Le Clos fleuri en janvier 2019
  • Je suis contente ,pour moi janvier commence bien ,je viens de recevoir mon livre racontant mon jardin au fil des années ,c'est moi qui l'ai écrit ,et je le trouve pas trop mal réussi , en bref je suis assez satisfaite !!!!

     

  • L'hiver est déjà bien installé ,même s'il ne fait pas encore trop froid ,le mistral qui souffle sans interruption chez moi à Chabeuil dans la Drôme ,fait que les températures ressenties sont plus que glaciales !
  • Mais même si on fait une petite pause ,et que pour l'instant le jardin est en hibernation ,il y a encore du travail à faire ,même dans mon petit jardin !!!!!
  • En ce moment on peut continuer les plantations d’arbres, arbustes et rosiers quand la terre n’est pas gelée et surtout si vous avez encore de la place chez vous (pas comme moi,où il y a crise du logement dans mon mini jardin  !!!!!! )
  • Ce matin j'ai un peu brossé les troncs couverts de mousse
  • Si comme moi vous avez des vieilles souches,c'est le moment de les dévitaliser 
  • Je ramasse un peu tous les jours les dernières feuilles pour le compost, ainsi que les branches tombées à cause du vent 
  • Je taille encore des grimpantes (clématites ,passiflore )
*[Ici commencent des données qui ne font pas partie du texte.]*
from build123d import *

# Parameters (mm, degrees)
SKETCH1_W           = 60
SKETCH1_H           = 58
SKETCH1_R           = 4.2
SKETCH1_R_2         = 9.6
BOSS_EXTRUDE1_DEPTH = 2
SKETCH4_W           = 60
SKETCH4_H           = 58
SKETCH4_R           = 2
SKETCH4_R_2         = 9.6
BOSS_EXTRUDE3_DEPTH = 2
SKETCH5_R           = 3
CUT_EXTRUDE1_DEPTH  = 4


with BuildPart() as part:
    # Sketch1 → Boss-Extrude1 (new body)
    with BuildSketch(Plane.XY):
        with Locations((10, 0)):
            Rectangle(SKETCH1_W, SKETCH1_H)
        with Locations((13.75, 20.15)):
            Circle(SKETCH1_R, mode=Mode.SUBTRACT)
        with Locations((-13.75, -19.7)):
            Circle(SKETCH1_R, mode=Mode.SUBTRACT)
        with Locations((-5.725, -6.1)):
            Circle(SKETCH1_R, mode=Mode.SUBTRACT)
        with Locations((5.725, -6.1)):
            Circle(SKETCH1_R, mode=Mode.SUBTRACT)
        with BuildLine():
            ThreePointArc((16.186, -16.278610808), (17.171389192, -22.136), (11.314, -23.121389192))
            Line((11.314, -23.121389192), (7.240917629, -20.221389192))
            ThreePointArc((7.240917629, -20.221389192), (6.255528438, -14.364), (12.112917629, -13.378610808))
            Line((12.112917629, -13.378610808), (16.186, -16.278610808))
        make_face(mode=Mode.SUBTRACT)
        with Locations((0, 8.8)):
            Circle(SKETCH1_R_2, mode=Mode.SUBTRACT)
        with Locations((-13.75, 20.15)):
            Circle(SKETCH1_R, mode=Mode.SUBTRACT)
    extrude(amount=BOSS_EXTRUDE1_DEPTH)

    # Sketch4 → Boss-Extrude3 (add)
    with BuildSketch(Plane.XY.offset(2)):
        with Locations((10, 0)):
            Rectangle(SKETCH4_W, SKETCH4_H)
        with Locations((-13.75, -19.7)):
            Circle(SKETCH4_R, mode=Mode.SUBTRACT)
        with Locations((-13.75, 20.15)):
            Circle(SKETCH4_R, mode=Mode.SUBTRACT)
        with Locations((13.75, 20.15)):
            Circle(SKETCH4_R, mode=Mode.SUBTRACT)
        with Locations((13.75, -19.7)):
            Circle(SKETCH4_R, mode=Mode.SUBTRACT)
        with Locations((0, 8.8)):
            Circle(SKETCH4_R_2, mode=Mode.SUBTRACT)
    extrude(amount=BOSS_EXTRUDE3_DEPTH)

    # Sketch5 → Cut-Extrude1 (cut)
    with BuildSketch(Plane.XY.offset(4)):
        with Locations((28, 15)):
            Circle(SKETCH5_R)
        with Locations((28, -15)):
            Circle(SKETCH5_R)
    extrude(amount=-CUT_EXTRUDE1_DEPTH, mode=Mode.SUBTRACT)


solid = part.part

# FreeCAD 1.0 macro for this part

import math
import FreeCAD as App
import Part
import Sketcher
from FreeCAD import Vector

doc = App.newDocument("Part")
body = doc.addObject("PartDesign::Body", "Body")

# Sketch on XY plane
sketch1 = body.newObject("Sketcher::SketchObject", "Sketch")
sketch1.AttachmentSupport = (doc.getObject("XY_Plane"), [""])
sketch1.MapMode = "FlatFace"
sketch1.addGeometry([
    Part.LineSegment(Vector(-20, 29, 0), Vector(-20, -29, 0)),  # 0
    Part.LineSegment(Vector(-20, -29, 0), Vector(40, -29, 0)),  # 1
    Part.LineSegment(Vector(40, -29, 0), Vector(40, 29, 0)),  # 2
    Part.LineSegment(Vector(40, 29, 0), Vector(-20, 29, 0)),  # 3
    Part.Circle(Vector(-13.8, -19.7, 0), Vector(0, 0, 1), 4.2),  # 4
    Part.Circle(Vector(-5.7, -6.1, 0), Vector(0, 0, 1), 4.2),  # 5
    Part.LineSegment(Vector(12.1, -13.4, 0), Vector(16.2, -16.3, 0)),  # 6
    Part.ArcOfCircle(Part.Circle(Vector(13.8, -19.7, 0), Vector(0, 0, 1), 4.2), math.radians(-125), math.radians(55)),  # 7
    Part.LineSegment(Vector(11.3, -23.1, 0), Vector(7.2, -20.2, 0)),  # 8
    Part.ArcOfCircle(Part.Circle(Vector(9.7, -16.8, 0), Vector(0, 0, 1), 4.2), math.radians(55), math.radians(235)),  # 9
    Part.Circle(Vector(5.7, -6.1, 0), Vector(0, 0, 1), 4.2),  # 10
    Part.Circle(Vector(0, 8.8, 0), Vector(0, 0, 1), 9.6),  # 11
    Part.Circle(Vector(-13.8, 20.1, 0), Vector(0, 0, 1), 4.2),  # 12
    Part.Circle(Vector(13.8, 20.1, 0), Vector(0, 0, 1), 4.2),  # 13
], False)
sketch1.addConstraint([
    Sketcher.Constraint("Coincident", 0, 2, 1, 1),
    Sketcher.Constraint("Coincident", 1, 2, 2, 1),
    Sketcher.Constraint("Coincident", 2, 2, 3, 1),
    Sketcher.Constraint("Coincident", 3, 2, 0, 1),
    Sketcher.Constraint("Tangent", 6, 2, 7, 2),
    Sketcher.Constraint("Tangent", 7, 1, 8, 1),
    Sketcher.Constraint("Tangent", 8, 2, 9, 2),
    Sketcher.Constraint("Tangent", 9, 1, 6, 1),
    Sketcher.Constraint("Vertical", 0),
    Sketcher.Constraint("Horizontal", 1),
    Sketcher.Constraint("Vertical", 2),
    Sketcher.Constraint("Horizontal", 3),
    Sketcher.Constraint("Equal", 4, 5),
    Sketcher.Constraint("Equal", 5, 7),
    Sketcher.Constraint("Equal", 7, 9),
    Sketcher.Constraint("Equal", 9, 10),
    Sketcher.Constraint("Equal", 10, 12),
    Sketcher.Constraint("Equal", 12, 13),
    Sketcher.Constraint("Symmetric", 4, 3, 7, 3, -2),
    Sketcher.Constraint("Symmetric", 5, 3, 10, 3, -2),
    Sketcher.Constraint("Symmetric", 12, 3, 13, 3, -2),
    Sketcher.Constraint("PointOnObject", 11, 3, -2),
    Sketcher.Constraint("Vertical", 4, 3, 12, 3),
    Sketcher.Constraint("Diameter", 4, 8.4),
    Sketcher.Constraint("Diameter", 11, 19.2),
    Sketcher.Constraint("DistanceX", 1, 1, 1, 2, 60.0),
    Sketcher.Constraint("DistanceY", 0, 2, 0, 1, 58.0),
    Sketcher.Constraint("Distance", 6, 5.0),
    Sketcher.Constraint("DistanceX", 0, 2, -1, 1, 20.0),
    Sketcher.Constraint("DistanceY", 0, 2, -1, 1, 29.0),
    Sketcher.Constraint("DistanceY", 4, 3, -1, 1, 19.7),
    Sketcher.Constraint("DistanceY", 5, 3, -1, 1, 6.1),
    Sketcher.Constraint("DistanceY", 9, 3, -1, 1, 16.8),
    Sketcher.Constraint("DistanceY", -1, 1, 11, 3, 8.8),
    Sketcher.Constraint("DistanceX", 4, 3, 7, 3, 27.5),
    Sketcher.Constraint("DistanceY", -1, 1, 12, 3, 20.15),
    Sketcher.Constraint("DistanceX", 5, 3, 10, 3, 11.45),
])
pad1 = body.newObject("PartDesign::Pad", "Pad")
pad1.Profile = sketch1
pad1.Length = 2

# Sketch on XY plane
sketch2 = body.newObject("Sketcher::SketchObject", "Sketch001")
sketch2.AttachmentSupport = (doc.getObject("XY_Plane"), [""])
sketch2.MapMode = "FlatFace"
sketch2.AttachmentOffset = App.Placement(Vector(0, 0, 2), App.Rotation())
sketch2.addGeometry([
    Part.LineSegment(Vector(-20, 29, 0), Vector(-20, -29, 0)),  # 0
    Part.LineSegment(Vector(-20, -29, 0), Vector(40, -29, 0)),  # 1
    Part.LineSegment(Vector(40, -29, 0), Vector(40, 29, 0)),  # 2
    Part.LineSegment(Vector(40, 29, 0), Vector(-20, 29, 0)),  # 3
    Part.Circle(Vector(-13.8, -19.7, 0), Vector(0, 0, 1), 2),  # 4
    Part.Circle(Vector(13.8, -19.7, 0), Vector(0, 0, 1), 2),  # 5
    Part.Circle(Vector(-13.8, 20.1, 0), Vector(0, 0, 1), 2),  # 6
    Part.Circle(Vector(0, 8.8, 0), Vector(0, 0, 1), 9.6),  # 7
    Part.Circle(Vector(13.8, 20.1, 0), Vector(0, 0, 1), 2),  # 8
], False)
sketch2.addConstraint([
    Sketcher.Constraint("Coincident", 0, 2, 1, 1),
    Sketcher.Constraint("Coincident", 1, 2, 2, 1),
    Sketcher.Constraint("Coincident", 2, 2, 3, 1),
    Sketcher.Constraint("Coincident", 3, 2, 0, 1),
    Sketcher.Constraint("Vertical", 0),
    Sketcher.Constraint("Horizontal", 1),
    Sketcher.Constraint("Vertical", 2),
    Sketcher.Constraint("Horizontal", 3),
    Sketcher.Constraint("Equal", 4, 5),
    Sketcher.Constraint("Equal", 5, 6),
    Sketcher.Constraint("Equal", 6, 8),
    Sketcher.Constraint("Symmetric", 4, 3, 5, 3, -2),
    Sketcher.Constraint("Symmetric", 6, 3, 8, 3, -2),
    Sketcher.Constraint("PointOnObject", 7, 3, -2),
    Sketcher.Constraint("Vertical", 4, 3, 6, 3),
    Sketcher.Constraint("Diameter", 4, 4.0),
    Sketcher.Constraint("Diameter", 7, 19.2),
    Sketcher.Constraint("DistanceX", 1, 1, 1, 2, 60.0),
    Sketcher.Constraint("DistanceY", 0, 2, 0, 1, 58.0),
    Sketcher.Constraint("DistanceX", 0, 2, -1, 1, 20.0),
    Sketcher.Constraint("DistanceY", 0, 2, -1, 1, 29.0),
    Sketcher.Constraint("DistanceY", 4, 3, -1, 1, 19.7),
    Sketcher.Constraint("DistanceY", -1, 1, 7, 3, 8.8),
    Sketcher.Constraint("DistanceX", 4, 3, 5, 3, 27.5),
    Sketcher.Constraint("DistanceY", -1, 1, 6, 3, 20.15),
])
pad2 = body.newObject("PartDesign::Pad", "Pad001")
pad2.Profile = sketch2
pad2.Length = 2

# Sketch on XY plane
sketch3 = body.newObject("Sketcher::SketchObject", "Sketch002")
sketch3.AttachmentSupport = (doc.getObject("XY_Plane"), [""])
sketch3.MapMode = "FlatFace"
sketch3.AttachmentOffset = App.Placement(Vector(0, 0, 4), App.Rotation())
sketch3.addGeometry([
    Part.Circle(Vector(28, 15, 0), Vector(0, 0, 1), 3),
    Part.Circle(Vector(28, -15, 0), Vector(0, 0, 1), 3),
], False)
sketch3.addConstraint([
    Sketcher.Constraint("Equal", 0, 1),
    Sketcher.Constraint("Symmetric", 0, 3, 1, 3, -1),
    Sketcher.Constraint("Diameter", 0, 6.0),
    Sketcher.Constraint("DistanceX", -1, 1, 0, 3, 28.0),
    Sketcher.Constraint("DistanceY", -1, 1, 0, 3, 15.0),
])
pocket1 = body.newObject("PartDesign::Pocket", "Pocket")
pocket1.Profile = sketch3
pocket1.Length = 4

doc.recompute()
  • Je protège les vivaces des grands froids avec un paillis bien épais(paille de lin )
  • Je commence à semer sous abri chaud des annuelles et bisannuelles (dans ma véranda )
  • Je nourris avec un bon compost ou du fumier les vivaces à floraison printanière précoce 
  • Je plante des hellébores, pensées et primevères (en pleine floraison dans les jardineries) pour égayer un peu le jardin 
  • Et surtout je pense à nourrir les petits oiseaux du jardin , vous voyez il y a encore beaucoup à faire ,mais je le fais à mon rythme sans m'affoler ,l'hiver est encore long !
  • Et quand le temps le permettra , et quand ce vent qui n'en finit pas de souffler   s'arrêtera , on fera le grand nettoyage des dalles et des  sentiers,au karcher  
  • Pour l'instant j'évite autant que je le peux de marcher sur ma pelouse gelée; cela l’abîme.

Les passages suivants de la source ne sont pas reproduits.